Is it bad to share your goals with others?

There’s a fine balance between needing accountability to accomplish our goals and wanting to keep things to ourselves, for whatever reason. As I’ve mentioned before, I don’t share all of the things on my bucket list, because I hold some too closely. However, I’ve experienced too many benefits from talking about my goals (online and in real life) to keep them to myself.

Sharing our goals helps us to connect with and get encouragement from other people who want to do (or hear about others doing) similar goals. Together we get to enjoy the excitement of planning, and can exchange tips and ideas to make each experience better.

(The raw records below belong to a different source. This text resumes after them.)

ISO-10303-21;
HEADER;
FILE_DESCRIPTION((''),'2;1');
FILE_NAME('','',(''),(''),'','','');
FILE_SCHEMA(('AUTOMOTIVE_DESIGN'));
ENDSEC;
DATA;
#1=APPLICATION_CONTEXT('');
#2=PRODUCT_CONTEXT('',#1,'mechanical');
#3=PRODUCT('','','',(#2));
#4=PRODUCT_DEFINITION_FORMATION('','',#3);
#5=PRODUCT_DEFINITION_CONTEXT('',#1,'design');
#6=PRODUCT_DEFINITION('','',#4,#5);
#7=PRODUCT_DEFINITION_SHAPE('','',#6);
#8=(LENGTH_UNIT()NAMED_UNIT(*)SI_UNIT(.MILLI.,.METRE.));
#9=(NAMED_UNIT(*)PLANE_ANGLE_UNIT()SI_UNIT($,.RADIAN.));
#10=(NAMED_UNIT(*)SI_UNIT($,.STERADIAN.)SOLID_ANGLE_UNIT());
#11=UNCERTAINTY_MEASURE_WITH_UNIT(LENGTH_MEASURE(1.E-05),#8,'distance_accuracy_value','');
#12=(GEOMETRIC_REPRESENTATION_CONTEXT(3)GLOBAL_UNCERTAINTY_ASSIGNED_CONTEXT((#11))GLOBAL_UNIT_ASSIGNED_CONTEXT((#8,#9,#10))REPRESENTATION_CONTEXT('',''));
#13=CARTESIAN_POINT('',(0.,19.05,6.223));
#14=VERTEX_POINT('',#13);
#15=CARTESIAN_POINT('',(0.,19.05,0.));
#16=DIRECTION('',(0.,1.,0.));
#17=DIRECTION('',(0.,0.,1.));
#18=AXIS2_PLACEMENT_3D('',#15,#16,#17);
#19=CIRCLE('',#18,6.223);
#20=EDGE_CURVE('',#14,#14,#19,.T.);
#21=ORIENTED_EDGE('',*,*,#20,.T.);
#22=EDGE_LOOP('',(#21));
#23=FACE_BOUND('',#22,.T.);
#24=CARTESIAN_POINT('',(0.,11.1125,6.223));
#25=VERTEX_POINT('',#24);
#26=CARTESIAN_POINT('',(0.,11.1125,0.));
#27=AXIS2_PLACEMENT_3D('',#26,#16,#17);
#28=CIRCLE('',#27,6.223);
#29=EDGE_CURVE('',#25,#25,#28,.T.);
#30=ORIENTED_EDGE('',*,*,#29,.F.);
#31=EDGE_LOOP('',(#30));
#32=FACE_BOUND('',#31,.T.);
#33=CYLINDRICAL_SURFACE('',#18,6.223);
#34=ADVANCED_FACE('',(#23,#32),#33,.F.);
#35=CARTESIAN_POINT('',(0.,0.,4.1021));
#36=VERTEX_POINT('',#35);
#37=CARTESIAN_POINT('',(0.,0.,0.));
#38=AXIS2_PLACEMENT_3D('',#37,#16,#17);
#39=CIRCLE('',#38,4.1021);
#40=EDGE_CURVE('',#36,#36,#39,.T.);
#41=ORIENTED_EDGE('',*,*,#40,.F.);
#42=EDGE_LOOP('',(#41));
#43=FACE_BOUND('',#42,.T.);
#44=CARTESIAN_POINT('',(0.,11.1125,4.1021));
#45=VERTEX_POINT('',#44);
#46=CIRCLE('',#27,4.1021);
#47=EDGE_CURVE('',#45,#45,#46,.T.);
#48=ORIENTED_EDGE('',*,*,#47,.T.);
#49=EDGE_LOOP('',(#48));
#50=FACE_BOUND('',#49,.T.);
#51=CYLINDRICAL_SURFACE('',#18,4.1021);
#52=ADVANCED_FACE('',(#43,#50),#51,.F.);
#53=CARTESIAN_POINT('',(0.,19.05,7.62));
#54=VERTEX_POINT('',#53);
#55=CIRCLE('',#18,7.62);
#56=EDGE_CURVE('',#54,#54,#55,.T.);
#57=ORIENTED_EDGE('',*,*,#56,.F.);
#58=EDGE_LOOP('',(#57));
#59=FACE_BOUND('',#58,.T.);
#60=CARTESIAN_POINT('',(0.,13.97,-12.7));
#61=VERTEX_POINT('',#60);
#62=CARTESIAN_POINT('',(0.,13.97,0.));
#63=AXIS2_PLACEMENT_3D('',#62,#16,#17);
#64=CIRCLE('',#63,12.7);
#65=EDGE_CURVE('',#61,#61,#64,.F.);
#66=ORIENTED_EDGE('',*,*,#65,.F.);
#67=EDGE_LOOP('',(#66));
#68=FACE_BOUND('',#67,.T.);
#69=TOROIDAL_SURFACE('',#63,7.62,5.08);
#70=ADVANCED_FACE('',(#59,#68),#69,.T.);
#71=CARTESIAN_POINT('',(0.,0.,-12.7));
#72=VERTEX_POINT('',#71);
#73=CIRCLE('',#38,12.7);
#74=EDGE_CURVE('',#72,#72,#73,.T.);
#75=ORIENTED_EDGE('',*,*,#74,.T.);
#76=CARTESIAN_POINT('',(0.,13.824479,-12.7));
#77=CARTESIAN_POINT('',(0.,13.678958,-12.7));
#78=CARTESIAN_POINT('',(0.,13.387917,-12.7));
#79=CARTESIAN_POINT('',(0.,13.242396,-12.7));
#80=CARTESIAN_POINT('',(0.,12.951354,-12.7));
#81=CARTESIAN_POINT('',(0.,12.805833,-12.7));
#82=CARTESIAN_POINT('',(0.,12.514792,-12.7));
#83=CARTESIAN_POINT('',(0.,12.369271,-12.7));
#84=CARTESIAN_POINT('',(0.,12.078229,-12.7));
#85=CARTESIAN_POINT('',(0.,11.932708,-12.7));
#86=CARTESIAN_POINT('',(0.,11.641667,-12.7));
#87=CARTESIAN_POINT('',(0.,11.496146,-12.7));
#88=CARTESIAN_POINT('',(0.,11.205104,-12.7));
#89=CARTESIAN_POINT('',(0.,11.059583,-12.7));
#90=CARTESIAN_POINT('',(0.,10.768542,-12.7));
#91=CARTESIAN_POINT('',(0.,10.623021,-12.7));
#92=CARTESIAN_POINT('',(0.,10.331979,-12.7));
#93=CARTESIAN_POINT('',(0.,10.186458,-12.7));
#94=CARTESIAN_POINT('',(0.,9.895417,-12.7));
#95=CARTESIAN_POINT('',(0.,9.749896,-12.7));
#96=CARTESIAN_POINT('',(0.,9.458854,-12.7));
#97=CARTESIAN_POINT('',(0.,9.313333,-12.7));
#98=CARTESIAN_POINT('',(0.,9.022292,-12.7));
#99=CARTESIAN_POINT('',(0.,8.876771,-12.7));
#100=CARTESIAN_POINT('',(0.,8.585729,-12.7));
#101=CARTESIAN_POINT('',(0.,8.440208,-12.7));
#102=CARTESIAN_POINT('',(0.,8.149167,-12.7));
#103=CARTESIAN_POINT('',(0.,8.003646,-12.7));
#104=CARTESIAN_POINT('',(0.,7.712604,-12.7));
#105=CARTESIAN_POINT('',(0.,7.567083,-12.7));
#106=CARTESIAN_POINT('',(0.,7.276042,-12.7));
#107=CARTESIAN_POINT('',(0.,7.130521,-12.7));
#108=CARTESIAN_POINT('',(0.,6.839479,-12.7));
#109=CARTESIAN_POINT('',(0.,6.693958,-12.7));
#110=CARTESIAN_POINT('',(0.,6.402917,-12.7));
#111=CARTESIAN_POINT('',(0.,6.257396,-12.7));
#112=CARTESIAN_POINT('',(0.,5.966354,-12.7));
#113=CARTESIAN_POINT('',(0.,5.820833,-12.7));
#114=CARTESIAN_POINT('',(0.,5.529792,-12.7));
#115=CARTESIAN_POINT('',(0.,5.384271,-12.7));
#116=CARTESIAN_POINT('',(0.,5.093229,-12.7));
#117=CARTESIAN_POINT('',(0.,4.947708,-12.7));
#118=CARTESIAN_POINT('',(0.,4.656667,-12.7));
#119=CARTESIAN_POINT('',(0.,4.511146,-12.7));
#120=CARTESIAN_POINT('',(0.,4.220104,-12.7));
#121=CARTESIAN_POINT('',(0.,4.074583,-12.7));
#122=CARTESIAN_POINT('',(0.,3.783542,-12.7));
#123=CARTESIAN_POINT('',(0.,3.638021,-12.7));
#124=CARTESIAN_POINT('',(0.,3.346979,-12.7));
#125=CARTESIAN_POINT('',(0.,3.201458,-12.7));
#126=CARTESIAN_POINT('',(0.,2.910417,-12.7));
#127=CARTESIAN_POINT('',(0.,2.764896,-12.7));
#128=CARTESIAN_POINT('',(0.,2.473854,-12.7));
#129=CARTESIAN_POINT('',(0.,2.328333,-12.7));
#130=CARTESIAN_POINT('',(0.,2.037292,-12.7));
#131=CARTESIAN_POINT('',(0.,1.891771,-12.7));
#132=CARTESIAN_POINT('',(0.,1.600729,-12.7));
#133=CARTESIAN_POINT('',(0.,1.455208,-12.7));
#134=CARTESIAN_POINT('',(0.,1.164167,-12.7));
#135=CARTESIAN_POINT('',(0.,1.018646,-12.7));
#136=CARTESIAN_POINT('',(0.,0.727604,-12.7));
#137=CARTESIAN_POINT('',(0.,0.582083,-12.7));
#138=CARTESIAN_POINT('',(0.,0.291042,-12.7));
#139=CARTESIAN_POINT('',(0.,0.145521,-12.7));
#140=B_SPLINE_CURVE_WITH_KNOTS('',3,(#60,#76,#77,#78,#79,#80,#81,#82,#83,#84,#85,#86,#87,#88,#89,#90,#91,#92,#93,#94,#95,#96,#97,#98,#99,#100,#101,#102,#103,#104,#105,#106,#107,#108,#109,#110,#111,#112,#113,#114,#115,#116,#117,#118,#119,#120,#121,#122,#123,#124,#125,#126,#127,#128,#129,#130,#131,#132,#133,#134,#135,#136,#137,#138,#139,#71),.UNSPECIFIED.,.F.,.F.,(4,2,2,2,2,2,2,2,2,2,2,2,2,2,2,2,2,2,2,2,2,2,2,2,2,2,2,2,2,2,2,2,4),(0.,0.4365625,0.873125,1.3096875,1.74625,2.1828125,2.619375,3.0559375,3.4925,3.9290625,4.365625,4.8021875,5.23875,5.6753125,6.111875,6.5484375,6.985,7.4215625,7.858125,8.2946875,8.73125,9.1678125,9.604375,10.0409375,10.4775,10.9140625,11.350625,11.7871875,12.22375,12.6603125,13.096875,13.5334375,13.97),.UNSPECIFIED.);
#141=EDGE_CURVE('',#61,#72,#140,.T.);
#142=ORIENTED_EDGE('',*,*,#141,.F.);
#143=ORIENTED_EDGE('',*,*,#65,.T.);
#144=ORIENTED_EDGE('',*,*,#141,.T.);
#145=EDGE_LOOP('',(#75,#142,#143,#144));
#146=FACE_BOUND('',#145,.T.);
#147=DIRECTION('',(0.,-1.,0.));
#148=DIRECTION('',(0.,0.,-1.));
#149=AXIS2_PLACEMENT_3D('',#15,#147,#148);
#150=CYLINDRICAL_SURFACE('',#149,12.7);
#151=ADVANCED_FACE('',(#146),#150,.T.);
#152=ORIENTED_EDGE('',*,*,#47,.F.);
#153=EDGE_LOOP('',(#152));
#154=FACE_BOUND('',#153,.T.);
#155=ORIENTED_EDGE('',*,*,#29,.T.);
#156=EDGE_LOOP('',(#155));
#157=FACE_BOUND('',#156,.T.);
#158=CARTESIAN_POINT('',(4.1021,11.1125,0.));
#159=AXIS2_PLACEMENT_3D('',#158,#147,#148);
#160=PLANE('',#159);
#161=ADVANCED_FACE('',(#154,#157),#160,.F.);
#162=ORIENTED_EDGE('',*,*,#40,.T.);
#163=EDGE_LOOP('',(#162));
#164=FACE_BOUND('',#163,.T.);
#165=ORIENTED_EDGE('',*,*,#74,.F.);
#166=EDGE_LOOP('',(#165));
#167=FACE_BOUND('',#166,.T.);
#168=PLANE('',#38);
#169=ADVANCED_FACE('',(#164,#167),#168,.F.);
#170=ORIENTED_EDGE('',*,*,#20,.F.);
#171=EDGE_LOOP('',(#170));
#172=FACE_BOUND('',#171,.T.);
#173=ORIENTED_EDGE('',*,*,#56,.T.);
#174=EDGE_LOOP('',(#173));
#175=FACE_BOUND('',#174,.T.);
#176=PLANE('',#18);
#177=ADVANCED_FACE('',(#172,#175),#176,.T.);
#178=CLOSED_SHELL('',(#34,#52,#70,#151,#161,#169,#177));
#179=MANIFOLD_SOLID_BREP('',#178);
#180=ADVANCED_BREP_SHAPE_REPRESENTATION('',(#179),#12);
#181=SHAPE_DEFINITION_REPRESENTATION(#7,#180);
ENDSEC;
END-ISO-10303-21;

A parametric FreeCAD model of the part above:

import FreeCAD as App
import Part
import Sketcher
from FreeCAD import Vector
Q = App.Units.Quantity


def edges_at(feature, points):
    """Names of the edges that pass closest to the given points."""
    edges = feature.Shape.Edges
    near = lambda p: min(range(len(edges)), key=lambda i: edges[i].distToShape(Part.Vertex(*p))[0])
    return sorted({f"Edge{near(p) + 1}" for p in points})

doc = App.newDocument("Part")
params = doc.addObject("Spreadsheet::Sheet", "Params")
for row, (alias, value) in enumerate([
    ("sketch1_diameter", "1 in"),
    ("pad1_length", "0.75 in"),
    ("sketch2_diameter", "0.323 in"),
    ("hole_diameter", "0.323 in"),
    ("hole_depth", "0.7775 in"),
    ("hole_cbore_diameter", "0.49 in"),
    ("hole_cbore_depth", "0.3125 in"),
    ("fillet_radius", "0.2 in"),
], start=1):
    params.set(f"A{row}", alias)
    params.set(f"B{row}", "=" + value)
    params.setAlias(f"B{row}", alias)

body = doc.addObject("PartDesign::Body", "Body")

# Sketch on XZ plane
sketch1 = body.newObject("Sketcher::SketchObject", "Sketch")
sketch1.AttachmentSupport = (doc.getObject("XZ_Plane"), [""])
sketch1.MapMode = "FlatFace"
sketch1.addGeometry(Part.Circle(Vector(0, 0, 0), Vector(0, 0, 1), 13), False)
sketch1.addConstraint([
    Sketcher.Constraint("Coincident", 0, 3, -1, 1),
    Sketcher.Constraint("Diameter", 0, Q("1 in")),
])
sketch1.setExpression("Constraints[1]", "Params.sketch1_diameter")
pad1 = body.newObject("PartDesign::Pad", "Pad")
pad1.Profile = sketch1
pad1.setExpression("Length", "Params.pad1_length")
pad1.Reversed = True

# Sketch on XZ plane
sketch2 = body.newObject("Sketcher::SketchObject", "Sketch001")
sketch2.AttachmentSupport = (doc.getObject("XZ_Plane"), [""])
sketch2.MapMode = "FlatFace"
sketch2.AttachmentOffset = App.Placement(Vector(0, 0, -0.75 * 25.4), App.Rotation())
sketch2.addGeometry(Part.Circle(Vector(0, 0, 0), Vector(0, 0, 1), 4.1), False)
sketch2.addConstraint([
    Sketcher.Constraint("Coincident", 0, 3, -1, 1),
    Sketcher.Constraint("Diameter", 0, Q("0.323 in")),
])
sketch2.setExpression("Constraints[1]", "Params.sketch2_diameter")
doc.recompute()
hole = body.newObject("PartDesign::Hole", "Hole")
hole.Profile = sketch2
hole.ThreadType = "None"
hole.setExpression("Diameter", "Params.hole_diameter")
hole.DepthType = "Dimension"
hole.setExpression("Depth", "Params.hole_depth")
hole.DrillPoint = "Angled"
hole.DrillPointAngle = 118
hole.HoleCutType = "Counterbore"
hole.setExpression("HoleCutDiameter", "Params.hole_cbore_diameter")
hole.setExpression("HoleCutDepth", "Params.hole_cbore_depth")
hole.Reversed = True
doc.recompute()

fillet = body.newObject("PartDesign::Fillet", "Fillet")
fillet.Base = (hole, edges_at(hole, [(0, 19.05, 12.7)]))
fillet.setExpression("Radius", "Params.fillet_radius")

doc.recompute()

Sharing goals also keeps me accountable. If you hear me talk about something I plan to do in February, and don’t hear anything else about it and now it’s November, you might ask how it went. And if I haven’t done it yet, I’d be reminded and would follow through, because it’s embarrassing to only talk about doing things yet never actually do them.

But maybe that’s just me.

In the TED talk below, Derek Sivers makes an argument that sharing our goals may make us less likely to accomplish them. Take the 3 minutes to watch the video and let me know: what works best for you? Do you tell people your goals, or keep them to yourself?


7 thoughts on “Is it bad to share your goals with others?

  1. Pingback: 4 Steps to Accomplishing Your Goals – Step 2: Plan and Take Action | The Goal List

  2. Mik Hetu

    Not so much online but in “real life” you have to very careful to whom you tell your most important and difficult goals, and I’ll give you two reasons.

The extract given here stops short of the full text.